Essas práticas podem ser anuladas judicialmente e, em alguns casos, resultar em responsabilização civil e até criminal do empregador.
Perguntas e respostas
A empresa pode propor acordo para que o empregado peça demissão?
Sim, desde que o acordo respeite os direitos do trabalhador e não implique perda indevida de verbas. O mais seguro é optar pela rescisão por acordo mútuo prevista no artigo 484-A da CLT.
O empregado pode recusar o acordo proposto pela empresa?
Sim. O acordo só é válido se for voluntário. Nenhuma das partes pode ser obrigada a aceitar termos com os quais não concorda.
O acordo extrajudicial impede uma futura ação trabalhista?
Depende. Se for homologado pela Justiça e abranger todas as verbas discutidas, sim. Mas se for genérico ou não incluir certos direitos, o empregado pode ajuizar ação sobre o que não foi tratado no acordo.
A empresa pode fazer acordo com o funcionário em caso de suspensão disciplinar?
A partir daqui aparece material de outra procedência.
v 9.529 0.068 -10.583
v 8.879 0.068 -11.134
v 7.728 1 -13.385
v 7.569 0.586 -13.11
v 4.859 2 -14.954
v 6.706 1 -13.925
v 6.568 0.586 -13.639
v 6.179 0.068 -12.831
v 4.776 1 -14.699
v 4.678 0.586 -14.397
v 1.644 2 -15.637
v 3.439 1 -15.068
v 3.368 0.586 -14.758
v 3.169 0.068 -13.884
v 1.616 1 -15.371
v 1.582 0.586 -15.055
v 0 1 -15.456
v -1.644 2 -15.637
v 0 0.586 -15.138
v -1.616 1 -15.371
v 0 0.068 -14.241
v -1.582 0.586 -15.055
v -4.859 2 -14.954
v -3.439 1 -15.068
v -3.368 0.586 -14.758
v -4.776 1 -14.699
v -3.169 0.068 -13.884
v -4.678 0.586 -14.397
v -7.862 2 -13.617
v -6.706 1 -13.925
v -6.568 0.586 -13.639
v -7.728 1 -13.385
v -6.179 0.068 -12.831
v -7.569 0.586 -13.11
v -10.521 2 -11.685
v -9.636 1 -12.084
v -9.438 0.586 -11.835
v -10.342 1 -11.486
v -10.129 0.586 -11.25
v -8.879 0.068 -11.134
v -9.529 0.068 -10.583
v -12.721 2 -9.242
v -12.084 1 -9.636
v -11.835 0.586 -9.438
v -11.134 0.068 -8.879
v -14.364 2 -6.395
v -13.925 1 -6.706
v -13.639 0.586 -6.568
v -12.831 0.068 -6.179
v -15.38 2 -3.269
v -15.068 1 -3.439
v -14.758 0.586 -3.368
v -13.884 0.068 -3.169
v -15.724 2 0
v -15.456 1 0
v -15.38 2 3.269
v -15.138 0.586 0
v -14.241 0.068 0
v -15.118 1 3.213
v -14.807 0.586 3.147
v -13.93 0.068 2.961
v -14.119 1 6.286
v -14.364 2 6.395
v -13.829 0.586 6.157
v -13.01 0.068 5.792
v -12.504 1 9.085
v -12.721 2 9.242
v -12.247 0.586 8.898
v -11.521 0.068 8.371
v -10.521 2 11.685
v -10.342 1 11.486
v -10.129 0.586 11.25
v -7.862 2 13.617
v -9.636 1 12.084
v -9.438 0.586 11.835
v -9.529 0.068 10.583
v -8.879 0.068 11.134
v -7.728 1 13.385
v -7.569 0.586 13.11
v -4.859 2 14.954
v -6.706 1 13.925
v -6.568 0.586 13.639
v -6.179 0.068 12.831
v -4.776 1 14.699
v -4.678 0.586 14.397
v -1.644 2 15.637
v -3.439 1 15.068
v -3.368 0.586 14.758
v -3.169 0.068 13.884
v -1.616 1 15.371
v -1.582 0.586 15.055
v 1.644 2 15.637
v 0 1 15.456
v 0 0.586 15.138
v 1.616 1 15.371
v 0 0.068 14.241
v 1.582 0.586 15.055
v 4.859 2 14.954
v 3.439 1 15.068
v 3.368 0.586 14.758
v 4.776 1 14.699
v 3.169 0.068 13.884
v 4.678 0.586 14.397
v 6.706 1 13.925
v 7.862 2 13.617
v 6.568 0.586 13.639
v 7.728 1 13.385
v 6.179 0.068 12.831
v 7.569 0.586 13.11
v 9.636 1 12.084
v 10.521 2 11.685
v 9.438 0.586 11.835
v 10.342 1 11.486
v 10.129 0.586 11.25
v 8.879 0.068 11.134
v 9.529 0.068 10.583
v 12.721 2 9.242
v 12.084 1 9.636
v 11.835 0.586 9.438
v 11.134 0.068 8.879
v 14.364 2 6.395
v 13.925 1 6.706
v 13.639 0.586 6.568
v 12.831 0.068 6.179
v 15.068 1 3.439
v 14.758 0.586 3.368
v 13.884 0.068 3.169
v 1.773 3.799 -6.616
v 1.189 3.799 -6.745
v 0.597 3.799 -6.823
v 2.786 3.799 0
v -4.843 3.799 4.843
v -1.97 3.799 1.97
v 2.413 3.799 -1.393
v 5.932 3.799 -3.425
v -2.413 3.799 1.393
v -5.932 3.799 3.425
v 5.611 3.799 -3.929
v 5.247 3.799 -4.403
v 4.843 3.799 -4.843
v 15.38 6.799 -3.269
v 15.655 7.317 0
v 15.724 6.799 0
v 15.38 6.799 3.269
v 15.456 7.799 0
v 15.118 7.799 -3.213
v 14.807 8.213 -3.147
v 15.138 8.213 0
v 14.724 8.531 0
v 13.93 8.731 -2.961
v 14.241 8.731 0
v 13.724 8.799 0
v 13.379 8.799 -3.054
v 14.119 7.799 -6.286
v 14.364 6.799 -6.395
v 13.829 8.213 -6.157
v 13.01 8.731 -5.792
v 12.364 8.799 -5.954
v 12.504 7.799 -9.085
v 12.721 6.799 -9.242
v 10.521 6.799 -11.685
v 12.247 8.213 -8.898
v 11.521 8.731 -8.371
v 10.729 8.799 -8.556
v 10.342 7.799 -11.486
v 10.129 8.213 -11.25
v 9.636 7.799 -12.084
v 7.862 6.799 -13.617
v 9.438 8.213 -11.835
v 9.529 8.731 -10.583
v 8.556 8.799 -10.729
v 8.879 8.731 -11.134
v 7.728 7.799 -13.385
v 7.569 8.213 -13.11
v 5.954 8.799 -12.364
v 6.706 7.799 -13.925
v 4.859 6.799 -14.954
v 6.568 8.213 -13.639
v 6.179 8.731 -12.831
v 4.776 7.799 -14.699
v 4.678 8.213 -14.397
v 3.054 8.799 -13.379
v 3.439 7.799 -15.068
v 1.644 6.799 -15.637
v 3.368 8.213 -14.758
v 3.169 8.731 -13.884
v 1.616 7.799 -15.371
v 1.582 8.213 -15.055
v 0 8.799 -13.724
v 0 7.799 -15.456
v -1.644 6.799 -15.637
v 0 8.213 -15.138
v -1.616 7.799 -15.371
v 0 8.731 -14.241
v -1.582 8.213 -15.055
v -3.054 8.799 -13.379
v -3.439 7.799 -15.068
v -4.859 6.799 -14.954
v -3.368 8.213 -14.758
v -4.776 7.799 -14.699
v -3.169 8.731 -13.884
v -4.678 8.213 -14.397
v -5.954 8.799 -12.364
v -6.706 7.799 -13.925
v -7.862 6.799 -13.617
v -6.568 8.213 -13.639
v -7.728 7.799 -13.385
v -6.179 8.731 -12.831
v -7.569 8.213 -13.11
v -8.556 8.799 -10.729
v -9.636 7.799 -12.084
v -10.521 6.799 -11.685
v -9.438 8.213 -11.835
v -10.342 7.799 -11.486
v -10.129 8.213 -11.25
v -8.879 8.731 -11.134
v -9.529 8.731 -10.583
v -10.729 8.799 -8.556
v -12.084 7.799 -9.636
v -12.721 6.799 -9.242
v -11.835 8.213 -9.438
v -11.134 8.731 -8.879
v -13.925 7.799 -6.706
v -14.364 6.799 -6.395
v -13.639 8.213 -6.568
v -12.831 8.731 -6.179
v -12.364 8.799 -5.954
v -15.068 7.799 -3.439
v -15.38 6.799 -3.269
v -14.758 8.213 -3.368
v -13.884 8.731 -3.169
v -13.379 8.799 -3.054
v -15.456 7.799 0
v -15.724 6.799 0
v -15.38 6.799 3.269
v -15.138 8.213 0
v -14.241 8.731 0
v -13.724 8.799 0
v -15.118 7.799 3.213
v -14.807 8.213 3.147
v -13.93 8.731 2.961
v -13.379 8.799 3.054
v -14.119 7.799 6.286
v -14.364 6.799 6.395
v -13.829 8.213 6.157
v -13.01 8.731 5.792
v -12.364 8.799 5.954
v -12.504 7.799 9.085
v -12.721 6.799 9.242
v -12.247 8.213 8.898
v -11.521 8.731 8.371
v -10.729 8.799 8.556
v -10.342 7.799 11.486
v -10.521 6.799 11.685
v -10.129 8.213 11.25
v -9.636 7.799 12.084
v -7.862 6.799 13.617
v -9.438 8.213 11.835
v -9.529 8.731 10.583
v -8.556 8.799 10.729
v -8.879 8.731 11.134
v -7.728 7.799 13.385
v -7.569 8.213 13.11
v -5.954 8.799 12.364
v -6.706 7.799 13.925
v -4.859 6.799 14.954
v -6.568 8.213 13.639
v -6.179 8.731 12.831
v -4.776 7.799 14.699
Sim, mas a suspensão é uma penalidade, não um direito disponível. Portanto, qualquer acordo nesse sentido deve preservar o direito de defesa do trabalhador e obedecer à gradação das sanções.
Pode haver acordo para pagamento parcelado das verbas rescisórias?
Sim, desde que o parcelamento seja acordado entre as partes, por escrito, com prazo razoável e cláusulas claras. Ainda assim, o ideal é homologar esse acordo judicialmente.
A empresa pode pagar um valor maior do que o devido em acordo?
Sim. A empresa pode pagar mais do que a lei exige, como forma de incentivo, fidelização ou encerramento amigável. O que ela não pode é pagar menos do que o mínimo legal.
Conclusão
A empresa pode sim fazer acordo com o funcionário, desde que observe os princípios da legalidade, da boa-fé, da proporcionalidade e da irrenunciabilidade dos direitos trabalhistas. Acordos são instrumentos legítimos de ajuste de condutas, encerramento de vínculos ou regularização de pendências, mas precisam ser feitos com responsabilidade, clareza e segurança jurídica.
A formalização por escrito, o acompanhamento por advogado e, sempre que possível, a homologação judicial são práticas recomendadas para evitar futuras demandas judiciais. Um bom acordo é aquele que respeita os direitos de ambas as partes, promove a pacificação da relação e encerra obrigações de forma transparente e justa.
Tanto o empregador quanto o trabalhador devem estar atentos às possibilidades legais de negociação, utilizando o acordo como uma ferramenta de solução e não como forma de burlar obrigações ou impor perdas indevidas. A correta orientação jurídica é o caminho mais seguro para um acordo eficaz e legítimo.